Wednesday, June 17, 2015

The Problem Of Kaso Teki

Photo Copyright 2014 Grigoris Miliaresis
There is no opponent in front of him, but you can tell he sees where teki is anyway.


Someone asked me about the difference between solo practice and partnered practice. It’s a good questions.  I do iaido, which by its nature has to be done solo, but I also do judo and dabble with aikido, both of which are pretty much impossible to do solo.  There are lots of arts such as karate that have both solo and paired practice.  They all have the problem of teki.  Teki is opponent or enemy. Budo practice makes the assumption that we all have one. In training, we have to make sure we have the right teki and that we understand teki properly.

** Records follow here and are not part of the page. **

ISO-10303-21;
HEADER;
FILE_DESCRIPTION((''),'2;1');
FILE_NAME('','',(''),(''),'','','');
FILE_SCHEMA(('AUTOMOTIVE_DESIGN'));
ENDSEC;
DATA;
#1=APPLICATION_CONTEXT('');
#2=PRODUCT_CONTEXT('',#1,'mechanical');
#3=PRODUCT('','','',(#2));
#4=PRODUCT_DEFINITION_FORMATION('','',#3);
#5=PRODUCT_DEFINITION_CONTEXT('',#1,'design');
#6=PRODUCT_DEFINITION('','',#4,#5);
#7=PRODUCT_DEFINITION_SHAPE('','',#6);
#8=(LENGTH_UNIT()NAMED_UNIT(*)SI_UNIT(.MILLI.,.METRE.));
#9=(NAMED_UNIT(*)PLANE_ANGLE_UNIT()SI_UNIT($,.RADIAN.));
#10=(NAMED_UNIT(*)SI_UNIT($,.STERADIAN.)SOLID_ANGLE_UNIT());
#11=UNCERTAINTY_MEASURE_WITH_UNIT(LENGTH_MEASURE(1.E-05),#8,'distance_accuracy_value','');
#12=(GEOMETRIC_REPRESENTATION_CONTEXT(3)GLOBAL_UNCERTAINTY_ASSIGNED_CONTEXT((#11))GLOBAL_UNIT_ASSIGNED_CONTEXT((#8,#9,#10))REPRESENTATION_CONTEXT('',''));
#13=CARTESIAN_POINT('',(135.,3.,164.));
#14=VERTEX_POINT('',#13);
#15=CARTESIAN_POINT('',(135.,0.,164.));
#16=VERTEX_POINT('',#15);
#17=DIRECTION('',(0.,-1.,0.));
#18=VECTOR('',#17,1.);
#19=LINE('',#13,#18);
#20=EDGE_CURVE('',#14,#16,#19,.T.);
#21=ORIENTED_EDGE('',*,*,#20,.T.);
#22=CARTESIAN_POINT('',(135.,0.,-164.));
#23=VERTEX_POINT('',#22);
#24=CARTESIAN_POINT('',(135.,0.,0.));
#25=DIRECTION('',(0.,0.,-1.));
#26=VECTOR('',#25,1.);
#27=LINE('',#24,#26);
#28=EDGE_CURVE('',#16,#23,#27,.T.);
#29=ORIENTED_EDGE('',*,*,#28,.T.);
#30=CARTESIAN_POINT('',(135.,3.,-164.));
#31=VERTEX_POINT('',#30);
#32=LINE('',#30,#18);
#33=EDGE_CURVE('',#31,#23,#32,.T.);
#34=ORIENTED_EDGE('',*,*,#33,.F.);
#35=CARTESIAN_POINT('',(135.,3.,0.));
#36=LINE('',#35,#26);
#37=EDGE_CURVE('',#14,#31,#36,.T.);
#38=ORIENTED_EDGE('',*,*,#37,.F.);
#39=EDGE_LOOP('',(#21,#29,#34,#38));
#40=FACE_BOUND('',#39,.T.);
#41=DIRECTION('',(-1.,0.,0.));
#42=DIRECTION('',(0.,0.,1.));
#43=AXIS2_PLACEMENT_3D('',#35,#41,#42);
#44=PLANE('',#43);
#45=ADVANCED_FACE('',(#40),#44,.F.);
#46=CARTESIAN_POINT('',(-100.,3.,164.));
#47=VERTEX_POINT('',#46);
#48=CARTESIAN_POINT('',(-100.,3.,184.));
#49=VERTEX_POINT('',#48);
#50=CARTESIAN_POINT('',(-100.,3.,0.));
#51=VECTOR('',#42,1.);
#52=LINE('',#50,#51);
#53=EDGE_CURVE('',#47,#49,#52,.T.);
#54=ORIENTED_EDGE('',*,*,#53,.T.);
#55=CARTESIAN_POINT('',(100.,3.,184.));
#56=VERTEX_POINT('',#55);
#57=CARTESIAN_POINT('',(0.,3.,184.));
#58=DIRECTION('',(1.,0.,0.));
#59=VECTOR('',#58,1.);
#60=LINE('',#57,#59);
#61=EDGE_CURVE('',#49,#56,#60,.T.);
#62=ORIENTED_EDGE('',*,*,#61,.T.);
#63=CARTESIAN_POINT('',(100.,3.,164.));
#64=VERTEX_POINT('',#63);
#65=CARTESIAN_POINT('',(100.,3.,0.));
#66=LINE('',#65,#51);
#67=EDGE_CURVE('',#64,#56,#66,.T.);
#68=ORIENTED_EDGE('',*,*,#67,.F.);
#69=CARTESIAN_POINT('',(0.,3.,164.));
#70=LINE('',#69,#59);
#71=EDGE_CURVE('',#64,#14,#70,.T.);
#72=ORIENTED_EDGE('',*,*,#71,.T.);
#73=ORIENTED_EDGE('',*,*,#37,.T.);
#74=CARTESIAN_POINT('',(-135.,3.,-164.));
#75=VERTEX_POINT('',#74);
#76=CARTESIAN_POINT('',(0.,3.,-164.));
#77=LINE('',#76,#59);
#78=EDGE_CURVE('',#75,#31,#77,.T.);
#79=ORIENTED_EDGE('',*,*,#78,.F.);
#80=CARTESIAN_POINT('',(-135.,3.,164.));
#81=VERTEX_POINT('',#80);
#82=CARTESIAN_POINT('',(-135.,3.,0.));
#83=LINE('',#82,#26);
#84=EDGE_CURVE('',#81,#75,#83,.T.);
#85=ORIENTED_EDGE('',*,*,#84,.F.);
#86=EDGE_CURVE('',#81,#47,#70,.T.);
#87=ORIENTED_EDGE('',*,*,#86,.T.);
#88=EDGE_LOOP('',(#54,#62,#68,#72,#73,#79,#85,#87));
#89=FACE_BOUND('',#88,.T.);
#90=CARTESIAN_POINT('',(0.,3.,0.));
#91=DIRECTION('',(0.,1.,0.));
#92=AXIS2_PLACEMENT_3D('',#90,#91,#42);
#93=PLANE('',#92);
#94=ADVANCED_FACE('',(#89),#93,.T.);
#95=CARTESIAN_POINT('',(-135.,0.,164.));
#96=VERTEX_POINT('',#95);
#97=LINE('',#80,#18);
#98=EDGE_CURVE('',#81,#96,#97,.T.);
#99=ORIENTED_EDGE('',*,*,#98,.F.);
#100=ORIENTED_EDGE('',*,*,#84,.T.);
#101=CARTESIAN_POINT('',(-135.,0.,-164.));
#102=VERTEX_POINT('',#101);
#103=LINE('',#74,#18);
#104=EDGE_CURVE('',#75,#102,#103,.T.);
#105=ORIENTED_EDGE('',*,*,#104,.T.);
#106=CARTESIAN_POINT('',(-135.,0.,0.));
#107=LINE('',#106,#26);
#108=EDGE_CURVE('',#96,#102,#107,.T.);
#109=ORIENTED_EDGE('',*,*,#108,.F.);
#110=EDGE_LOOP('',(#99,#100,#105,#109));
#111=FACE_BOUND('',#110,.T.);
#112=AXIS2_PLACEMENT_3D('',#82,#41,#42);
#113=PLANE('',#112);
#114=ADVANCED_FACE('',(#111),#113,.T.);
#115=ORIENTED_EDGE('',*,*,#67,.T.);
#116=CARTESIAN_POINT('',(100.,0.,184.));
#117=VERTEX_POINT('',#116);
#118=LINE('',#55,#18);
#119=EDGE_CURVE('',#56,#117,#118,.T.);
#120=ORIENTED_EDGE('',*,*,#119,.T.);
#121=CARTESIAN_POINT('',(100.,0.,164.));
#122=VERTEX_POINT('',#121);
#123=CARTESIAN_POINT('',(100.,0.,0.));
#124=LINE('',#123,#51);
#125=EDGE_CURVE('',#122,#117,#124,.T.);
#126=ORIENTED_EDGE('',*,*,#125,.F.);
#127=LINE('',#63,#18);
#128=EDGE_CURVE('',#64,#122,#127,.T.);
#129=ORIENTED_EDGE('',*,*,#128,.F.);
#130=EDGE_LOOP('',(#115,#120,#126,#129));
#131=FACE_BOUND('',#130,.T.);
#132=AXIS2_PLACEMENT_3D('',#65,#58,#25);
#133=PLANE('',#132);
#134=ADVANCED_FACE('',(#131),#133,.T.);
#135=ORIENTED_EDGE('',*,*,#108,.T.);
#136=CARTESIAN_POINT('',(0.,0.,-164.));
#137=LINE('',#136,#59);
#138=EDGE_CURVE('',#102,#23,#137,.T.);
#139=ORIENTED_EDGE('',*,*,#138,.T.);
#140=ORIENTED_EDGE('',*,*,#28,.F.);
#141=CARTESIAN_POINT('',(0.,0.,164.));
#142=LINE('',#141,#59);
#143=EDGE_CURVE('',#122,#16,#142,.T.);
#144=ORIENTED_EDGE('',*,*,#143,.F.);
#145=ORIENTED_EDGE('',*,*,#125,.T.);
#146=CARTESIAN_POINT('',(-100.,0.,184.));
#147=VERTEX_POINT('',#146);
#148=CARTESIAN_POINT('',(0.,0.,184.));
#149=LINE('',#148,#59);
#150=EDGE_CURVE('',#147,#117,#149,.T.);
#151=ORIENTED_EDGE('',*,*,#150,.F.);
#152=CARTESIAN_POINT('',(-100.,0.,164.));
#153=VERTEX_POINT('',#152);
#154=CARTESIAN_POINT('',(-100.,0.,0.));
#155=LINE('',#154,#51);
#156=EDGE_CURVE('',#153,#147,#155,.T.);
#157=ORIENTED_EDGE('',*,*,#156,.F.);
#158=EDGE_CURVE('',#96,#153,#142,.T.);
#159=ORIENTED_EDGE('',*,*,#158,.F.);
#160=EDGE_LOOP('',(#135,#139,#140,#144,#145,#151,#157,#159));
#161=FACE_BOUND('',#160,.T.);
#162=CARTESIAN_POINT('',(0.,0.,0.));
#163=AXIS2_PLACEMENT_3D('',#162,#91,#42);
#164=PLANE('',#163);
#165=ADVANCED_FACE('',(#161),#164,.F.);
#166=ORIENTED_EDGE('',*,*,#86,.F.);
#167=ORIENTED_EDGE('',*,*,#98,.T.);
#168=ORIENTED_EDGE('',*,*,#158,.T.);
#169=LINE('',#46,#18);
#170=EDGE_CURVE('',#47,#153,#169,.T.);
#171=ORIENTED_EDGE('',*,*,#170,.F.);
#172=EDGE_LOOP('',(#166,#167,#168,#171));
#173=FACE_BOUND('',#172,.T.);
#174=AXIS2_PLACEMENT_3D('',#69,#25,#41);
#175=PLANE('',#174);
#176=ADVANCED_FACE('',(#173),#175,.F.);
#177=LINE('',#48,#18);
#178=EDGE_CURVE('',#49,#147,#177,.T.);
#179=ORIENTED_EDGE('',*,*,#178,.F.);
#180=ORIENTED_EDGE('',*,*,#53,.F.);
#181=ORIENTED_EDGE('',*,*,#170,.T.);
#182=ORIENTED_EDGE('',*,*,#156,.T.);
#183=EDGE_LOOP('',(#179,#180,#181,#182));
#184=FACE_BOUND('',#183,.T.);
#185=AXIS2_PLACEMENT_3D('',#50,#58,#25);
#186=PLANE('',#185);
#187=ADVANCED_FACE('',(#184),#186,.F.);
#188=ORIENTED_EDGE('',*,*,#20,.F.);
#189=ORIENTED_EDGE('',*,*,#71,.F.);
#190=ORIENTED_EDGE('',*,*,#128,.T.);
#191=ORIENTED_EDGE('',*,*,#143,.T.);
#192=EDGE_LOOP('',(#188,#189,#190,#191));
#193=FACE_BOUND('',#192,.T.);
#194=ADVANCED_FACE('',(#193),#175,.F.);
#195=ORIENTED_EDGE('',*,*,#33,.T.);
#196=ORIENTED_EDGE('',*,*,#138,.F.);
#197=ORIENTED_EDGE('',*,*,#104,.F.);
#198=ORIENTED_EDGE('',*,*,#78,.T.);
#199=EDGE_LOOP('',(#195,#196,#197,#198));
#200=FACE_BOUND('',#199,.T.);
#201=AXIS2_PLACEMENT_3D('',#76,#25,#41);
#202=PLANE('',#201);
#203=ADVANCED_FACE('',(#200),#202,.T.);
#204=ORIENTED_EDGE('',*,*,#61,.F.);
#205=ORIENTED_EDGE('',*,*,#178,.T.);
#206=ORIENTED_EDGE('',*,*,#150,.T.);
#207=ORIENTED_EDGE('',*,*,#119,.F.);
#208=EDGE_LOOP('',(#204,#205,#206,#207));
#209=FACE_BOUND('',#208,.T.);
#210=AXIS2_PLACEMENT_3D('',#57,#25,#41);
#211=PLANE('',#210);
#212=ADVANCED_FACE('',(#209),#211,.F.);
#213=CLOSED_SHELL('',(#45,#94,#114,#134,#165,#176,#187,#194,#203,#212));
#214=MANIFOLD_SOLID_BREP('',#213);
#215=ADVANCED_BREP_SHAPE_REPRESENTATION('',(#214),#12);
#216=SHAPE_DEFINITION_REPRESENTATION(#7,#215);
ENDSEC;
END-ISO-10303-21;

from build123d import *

# Parameters (mm, degrees)
SKETCH1_W           = 200
SKETCH1_H           = 20
SKETCH1_W_2         = 270
SKETCH1_H_2         = 328
BOSS_EXTRUDE1_DEPTH = 3


with BuildPart() as part:
    # Sketch1 → Boss-Extrude1 (new body)
    with BuildSketch(Plane(origin=(0, 0, 0), x_dir=(1, 0, 0), z_dir=(0, 1, 0))):
        with Locations((0, -174)):
            Rectangle(SKETCH1_W, SKETCH1_H)
        Rectangle(SKETCH1_W_2, SKETCH1_H_2)
    extrude(amount=BOSS_EXTRUDE1_DEPTH)


solid = part.part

This can be more difficult than it seems at both ends. I’ve written about uke for paired practice.  For iaido, how do we know where teki is, what they are doing or when they are doing it? The questions of maai and timing are critical. Beginning students have enough trouble just remembering which foot goes where and which direction the cut should be. Often when I tell beginning students to visualize teki their form disintegrates and chunks of the kata get completely forgotten.

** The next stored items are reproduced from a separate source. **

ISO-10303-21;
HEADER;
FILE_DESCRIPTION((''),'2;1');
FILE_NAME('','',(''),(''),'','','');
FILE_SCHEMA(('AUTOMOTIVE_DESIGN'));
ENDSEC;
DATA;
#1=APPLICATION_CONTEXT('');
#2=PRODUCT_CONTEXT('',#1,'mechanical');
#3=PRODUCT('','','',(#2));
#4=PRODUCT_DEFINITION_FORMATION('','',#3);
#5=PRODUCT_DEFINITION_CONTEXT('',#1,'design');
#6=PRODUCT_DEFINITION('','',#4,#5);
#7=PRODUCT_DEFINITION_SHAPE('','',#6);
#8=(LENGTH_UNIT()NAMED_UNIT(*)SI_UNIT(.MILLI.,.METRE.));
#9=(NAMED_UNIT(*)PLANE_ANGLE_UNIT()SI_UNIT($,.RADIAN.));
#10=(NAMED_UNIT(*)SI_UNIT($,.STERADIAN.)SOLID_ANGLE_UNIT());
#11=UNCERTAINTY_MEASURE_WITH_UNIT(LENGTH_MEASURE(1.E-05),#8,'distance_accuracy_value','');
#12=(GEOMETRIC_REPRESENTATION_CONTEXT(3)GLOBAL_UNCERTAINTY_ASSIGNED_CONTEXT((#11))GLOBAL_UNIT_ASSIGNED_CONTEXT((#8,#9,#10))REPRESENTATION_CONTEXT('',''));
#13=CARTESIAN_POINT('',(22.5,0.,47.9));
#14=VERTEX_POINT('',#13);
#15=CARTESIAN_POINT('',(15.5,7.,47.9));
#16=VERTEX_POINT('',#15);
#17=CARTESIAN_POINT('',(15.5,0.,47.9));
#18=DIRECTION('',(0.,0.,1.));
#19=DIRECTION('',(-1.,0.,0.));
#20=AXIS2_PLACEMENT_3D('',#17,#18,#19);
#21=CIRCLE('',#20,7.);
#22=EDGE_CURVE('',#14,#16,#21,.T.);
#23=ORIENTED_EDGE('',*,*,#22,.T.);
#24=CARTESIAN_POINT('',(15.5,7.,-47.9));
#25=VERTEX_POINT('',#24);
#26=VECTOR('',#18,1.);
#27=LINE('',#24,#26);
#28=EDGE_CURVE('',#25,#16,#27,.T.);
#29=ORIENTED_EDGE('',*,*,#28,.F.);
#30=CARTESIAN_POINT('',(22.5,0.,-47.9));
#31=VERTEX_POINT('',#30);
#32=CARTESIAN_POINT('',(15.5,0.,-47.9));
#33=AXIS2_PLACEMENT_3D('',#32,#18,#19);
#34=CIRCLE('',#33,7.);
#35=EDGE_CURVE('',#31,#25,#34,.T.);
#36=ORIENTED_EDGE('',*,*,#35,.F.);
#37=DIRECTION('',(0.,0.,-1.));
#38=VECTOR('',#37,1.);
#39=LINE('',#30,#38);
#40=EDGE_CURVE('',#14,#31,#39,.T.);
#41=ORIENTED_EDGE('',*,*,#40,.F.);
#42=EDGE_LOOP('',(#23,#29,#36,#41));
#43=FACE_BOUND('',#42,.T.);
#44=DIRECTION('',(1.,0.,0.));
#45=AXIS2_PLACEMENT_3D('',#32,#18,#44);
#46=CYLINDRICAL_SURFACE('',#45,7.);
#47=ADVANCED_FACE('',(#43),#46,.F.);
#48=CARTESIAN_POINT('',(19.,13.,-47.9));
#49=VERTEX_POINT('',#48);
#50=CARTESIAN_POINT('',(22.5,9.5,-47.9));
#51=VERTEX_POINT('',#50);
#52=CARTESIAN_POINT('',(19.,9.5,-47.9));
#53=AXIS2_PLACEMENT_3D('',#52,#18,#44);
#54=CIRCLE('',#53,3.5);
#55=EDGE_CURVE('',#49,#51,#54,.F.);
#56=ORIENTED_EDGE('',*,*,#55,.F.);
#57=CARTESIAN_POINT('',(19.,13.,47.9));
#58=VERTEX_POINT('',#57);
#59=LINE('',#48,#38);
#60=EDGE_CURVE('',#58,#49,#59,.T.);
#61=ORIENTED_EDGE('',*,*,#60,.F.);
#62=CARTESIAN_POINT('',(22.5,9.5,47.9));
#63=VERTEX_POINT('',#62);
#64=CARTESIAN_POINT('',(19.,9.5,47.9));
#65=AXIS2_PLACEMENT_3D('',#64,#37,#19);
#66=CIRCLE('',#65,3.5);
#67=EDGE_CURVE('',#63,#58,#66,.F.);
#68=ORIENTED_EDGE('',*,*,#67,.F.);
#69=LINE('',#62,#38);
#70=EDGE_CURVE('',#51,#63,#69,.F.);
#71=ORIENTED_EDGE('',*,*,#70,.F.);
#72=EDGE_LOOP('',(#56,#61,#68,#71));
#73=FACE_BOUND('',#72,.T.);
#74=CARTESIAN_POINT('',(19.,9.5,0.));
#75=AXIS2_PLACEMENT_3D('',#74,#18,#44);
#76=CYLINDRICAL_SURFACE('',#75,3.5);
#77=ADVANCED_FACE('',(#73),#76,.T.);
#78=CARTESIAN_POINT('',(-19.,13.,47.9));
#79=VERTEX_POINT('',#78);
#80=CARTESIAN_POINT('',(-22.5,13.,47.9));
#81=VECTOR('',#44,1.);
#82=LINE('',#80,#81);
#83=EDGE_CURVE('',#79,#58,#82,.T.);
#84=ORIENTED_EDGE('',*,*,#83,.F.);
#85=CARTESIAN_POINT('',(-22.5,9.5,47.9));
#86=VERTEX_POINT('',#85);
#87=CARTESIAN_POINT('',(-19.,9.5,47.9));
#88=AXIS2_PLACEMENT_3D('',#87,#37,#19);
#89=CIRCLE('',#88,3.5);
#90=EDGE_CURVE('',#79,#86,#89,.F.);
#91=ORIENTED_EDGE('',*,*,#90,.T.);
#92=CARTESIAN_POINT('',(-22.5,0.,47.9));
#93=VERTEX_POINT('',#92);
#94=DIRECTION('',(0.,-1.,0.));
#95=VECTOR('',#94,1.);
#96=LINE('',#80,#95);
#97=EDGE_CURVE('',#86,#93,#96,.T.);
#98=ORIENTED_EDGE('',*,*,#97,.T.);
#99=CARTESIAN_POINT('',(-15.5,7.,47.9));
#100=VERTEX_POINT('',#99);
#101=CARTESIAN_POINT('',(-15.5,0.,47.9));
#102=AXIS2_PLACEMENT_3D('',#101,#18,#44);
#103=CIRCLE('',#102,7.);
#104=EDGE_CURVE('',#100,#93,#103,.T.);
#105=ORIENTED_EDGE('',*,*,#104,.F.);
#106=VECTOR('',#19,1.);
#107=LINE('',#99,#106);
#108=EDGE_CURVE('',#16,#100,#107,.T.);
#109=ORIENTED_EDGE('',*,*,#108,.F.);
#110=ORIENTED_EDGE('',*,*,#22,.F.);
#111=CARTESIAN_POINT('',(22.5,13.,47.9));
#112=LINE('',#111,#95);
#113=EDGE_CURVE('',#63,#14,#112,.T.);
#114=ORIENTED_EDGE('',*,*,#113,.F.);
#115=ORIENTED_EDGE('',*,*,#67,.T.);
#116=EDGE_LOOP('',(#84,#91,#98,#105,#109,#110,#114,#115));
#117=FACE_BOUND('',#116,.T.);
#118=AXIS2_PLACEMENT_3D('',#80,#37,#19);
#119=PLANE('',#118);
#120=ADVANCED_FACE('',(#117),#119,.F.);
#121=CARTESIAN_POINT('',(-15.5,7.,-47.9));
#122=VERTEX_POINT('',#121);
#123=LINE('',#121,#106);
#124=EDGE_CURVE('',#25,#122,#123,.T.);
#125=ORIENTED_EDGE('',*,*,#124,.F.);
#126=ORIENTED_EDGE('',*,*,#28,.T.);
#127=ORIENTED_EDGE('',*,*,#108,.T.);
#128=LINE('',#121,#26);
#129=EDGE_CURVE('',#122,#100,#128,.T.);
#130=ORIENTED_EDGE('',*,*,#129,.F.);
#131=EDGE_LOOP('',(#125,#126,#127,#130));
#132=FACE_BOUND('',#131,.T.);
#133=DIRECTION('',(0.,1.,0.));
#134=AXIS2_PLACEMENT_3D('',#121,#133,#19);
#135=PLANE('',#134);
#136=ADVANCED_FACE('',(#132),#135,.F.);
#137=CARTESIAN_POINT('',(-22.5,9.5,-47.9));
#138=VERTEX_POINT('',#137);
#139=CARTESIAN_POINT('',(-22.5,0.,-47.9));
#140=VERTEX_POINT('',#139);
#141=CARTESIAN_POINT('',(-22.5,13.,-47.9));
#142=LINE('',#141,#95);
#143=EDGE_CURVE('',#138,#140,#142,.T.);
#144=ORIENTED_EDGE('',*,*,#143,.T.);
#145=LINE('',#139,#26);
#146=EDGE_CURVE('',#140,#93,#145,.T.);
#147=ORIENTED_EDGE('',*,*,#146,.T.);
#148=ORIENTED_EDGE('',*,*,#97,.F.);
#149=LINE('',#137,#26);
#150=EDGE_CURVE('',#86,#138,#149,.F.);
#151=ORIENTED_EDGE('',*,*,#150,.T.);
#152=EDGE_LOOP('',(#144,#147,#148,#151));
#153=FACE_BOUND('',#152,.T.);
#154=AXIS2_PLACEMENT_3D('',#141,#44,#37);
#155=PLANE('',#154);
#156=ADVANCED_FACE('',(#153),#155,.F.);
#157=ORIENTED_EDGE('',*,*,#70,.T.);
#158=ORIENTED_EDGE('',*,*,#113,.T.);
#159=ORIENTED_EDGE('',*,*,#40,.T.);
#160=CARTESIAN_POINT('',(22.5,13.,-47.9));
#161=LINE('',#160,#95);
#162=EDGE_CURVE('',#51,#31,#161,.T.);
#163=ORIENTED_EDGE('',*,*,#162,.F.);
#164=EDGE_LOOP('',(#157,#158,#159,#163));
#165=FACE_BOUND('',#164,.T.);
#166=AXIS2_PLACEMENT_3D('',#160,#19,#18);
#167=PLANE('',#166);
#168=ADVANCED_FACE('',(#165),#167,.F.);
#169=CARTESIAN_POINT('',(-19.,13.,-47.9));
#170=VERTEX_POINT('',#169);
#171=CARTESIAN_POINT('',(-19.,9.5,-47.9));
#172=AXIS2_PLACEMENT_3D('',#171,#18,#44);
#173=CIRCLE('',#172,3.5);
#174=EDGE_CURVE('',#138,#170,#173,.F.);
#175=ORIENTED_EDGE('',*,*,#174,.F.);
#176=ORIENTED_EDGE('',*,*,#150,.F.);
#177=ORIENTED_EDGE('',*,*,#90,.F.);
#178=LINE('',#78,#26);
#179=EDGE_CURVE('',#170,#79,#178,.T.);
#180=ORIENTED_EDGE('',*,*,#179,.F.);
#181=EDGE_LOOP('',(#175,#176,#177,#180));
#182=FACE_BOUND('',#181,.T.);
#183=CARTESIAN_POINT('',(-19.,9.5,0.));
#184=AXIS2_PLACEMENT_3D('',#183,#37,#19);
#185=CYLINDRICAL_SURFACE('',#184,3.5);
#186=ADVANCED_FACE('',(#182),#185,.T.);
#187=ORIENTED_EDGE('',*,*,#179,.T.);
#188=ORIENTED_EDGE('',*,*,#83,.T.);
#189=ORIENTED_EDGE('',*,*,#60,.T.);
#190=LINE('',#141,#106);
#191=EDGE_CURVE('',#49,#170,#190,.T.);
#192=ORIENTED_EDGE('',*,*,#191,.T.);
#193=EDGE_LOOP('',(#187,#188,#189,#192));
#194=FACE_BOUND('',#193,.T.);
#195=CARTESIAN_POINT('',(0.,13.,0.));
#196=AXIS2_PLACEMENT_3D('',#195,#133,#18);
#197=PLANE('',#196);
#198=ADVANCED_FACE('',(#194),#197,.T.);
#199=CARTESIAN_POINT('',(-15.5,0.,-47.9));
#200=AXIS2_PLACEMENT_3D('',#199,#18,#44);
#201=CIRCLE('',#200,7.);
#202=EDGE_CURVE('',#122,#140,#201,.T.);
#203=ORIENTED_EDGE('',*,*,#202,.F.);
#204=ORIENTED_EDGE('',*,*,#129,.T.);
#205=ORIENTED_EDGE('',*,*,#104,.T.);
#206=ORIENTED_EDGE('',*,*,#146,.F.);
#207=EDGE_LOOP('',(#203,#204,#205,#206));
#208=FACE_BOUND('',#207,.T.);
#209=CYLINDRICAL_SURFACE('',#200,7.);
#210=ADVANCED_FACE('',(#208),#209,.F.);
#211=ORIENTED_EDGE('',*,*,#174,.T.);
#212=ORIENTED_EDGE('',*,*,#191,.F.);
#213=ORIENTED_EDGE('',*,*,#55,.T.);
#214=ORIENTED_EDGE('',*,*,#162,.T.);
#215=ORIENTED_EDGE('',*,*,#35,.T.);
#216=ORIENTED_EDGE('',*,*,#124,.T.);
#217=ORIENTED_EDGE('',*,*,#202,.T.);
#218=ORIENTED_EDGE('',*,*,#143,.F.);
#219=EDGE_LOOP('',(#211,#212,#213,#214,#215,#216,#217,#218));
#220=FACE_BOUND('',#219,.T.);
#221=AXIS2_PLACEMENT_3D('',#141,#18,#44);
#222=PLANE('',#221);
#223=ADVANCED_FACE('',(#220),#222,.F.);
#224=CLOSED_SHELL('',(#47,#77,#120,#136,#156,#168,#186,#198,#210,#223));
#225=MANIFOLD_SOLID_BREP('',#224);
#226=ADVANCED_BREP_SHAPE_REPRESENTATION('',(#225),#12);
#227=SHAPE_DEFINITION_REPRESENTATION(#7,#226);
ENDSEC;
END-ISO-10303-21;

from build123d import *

# Parameters (mm, degrees)
SKETCH1_W           = 45
SKETCH1_H           = 95.8
BOSS_EXTRUDE1_DEPTH = 13
CUT_EXTRUDE1_DEPTH  = 96.8
FILLET2_R           = 3.5


with BuildPart() as part:
    # Sketch1 → Boss-Extrude1 (new body)
    with BuildSketch(Plane(origin=(0, 0, 0), x_dir=(1, 0, 0), z_dir=(0, 1, 0))):
        Rectangle(SKETCH1_W, SKETCH1_H)
    extrude(amount=BOSS_EXTRUDE1_DEPTH)

    # Sketch15 → Cut-Extrude1 (cut, through all)
    with BuildSketch(Plane.XY.offset(47.9)):
        with BuildLine():
            Line((-15.5, 7), (15.5, 7))
            ThreePointArc((15.5, 7), (20.449747468, 4.949747468), (22.5, 0))
            Line((22.5, 0), (-22.5, 0))
            ThreePointArc((-22.5, 0), (-20.449747468, 4.949747468), (-15.5, 7))
        make_face()
    extrude(amount=-CUT_EXTRUDE1_DEPTH, mode=Mode.SUBTRACT)

    # Fillet2
    fillet2_edges = [part.edges().sort_by_distance(p)[0] for p in [
        (22.5, 13, 0),
        (-22.5, 13, 0),
    ]]
    fillet(fillet2_edges, radius=FILLET2_R)


solid = part.part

Iaido is often described as a sword drawing art. I’ve don’t really liked that description because sword drawing is really just a tiny fraction of what goes on in iaido.  The draw and simultaneous attack, while important, is only one of a number of lessons emphasized in the iaido systems I’ve encountered. Iai teachers spend a lot of time getting students to understand why each action is critically important for dealing with an aggressor in each situation modeled in the kata.

That aggressor is the teki. The problem that students can stumble over for years is trying to visualize and understand what teki is doing and why various actions in the kata are determined by where we imagine teki to be, and what teki is visualized as doing. Just drawing a sword and waving it around is not iaido. Like all real budo, iaido is very particular about what is happening and why you do everything just so.

Most koryu budo train in paired exercises, so what is happening is clear. You know where teki is and what teki is doing. The reasons for choosing one response over others is generally pretty clear. Since iai is usually done with a sharp blade, which makes mistakes particularly tough on training partners, we’re stuck with practicing iai without a live partner for the most part.  We talk about kaso teki a lot because talking about our imaginary enemy doesn’t sound as cool.

How solidly we can visualize that imaginary enemy has a huge effect on the quality of our practice.  It’s easy to see when someone is just going through the motions without investing any intent in their practice. Beginning students always seem a little shocked when a teacher says “You completely missed teki.”  

As you train, you learn to see things better, including things that aren’t there. New students are generally so occupied with remembering how to hold the sword and when to breath (if they remember breathing at all) and keeping their chins up and a hundred other little details. They can’t see where teki really is or why knowing that is so important.

Iai teaches a lot about how a real sword is handled, but we also have to learn why the sword is used in particular ways. WIthout a teki, it’s just empty arm waving. Where do we attack? When do we attack? How do we attack? All of these questions are driven by teki and if you can’t visualize where teki is and what teki is doing, the kata are meaningless.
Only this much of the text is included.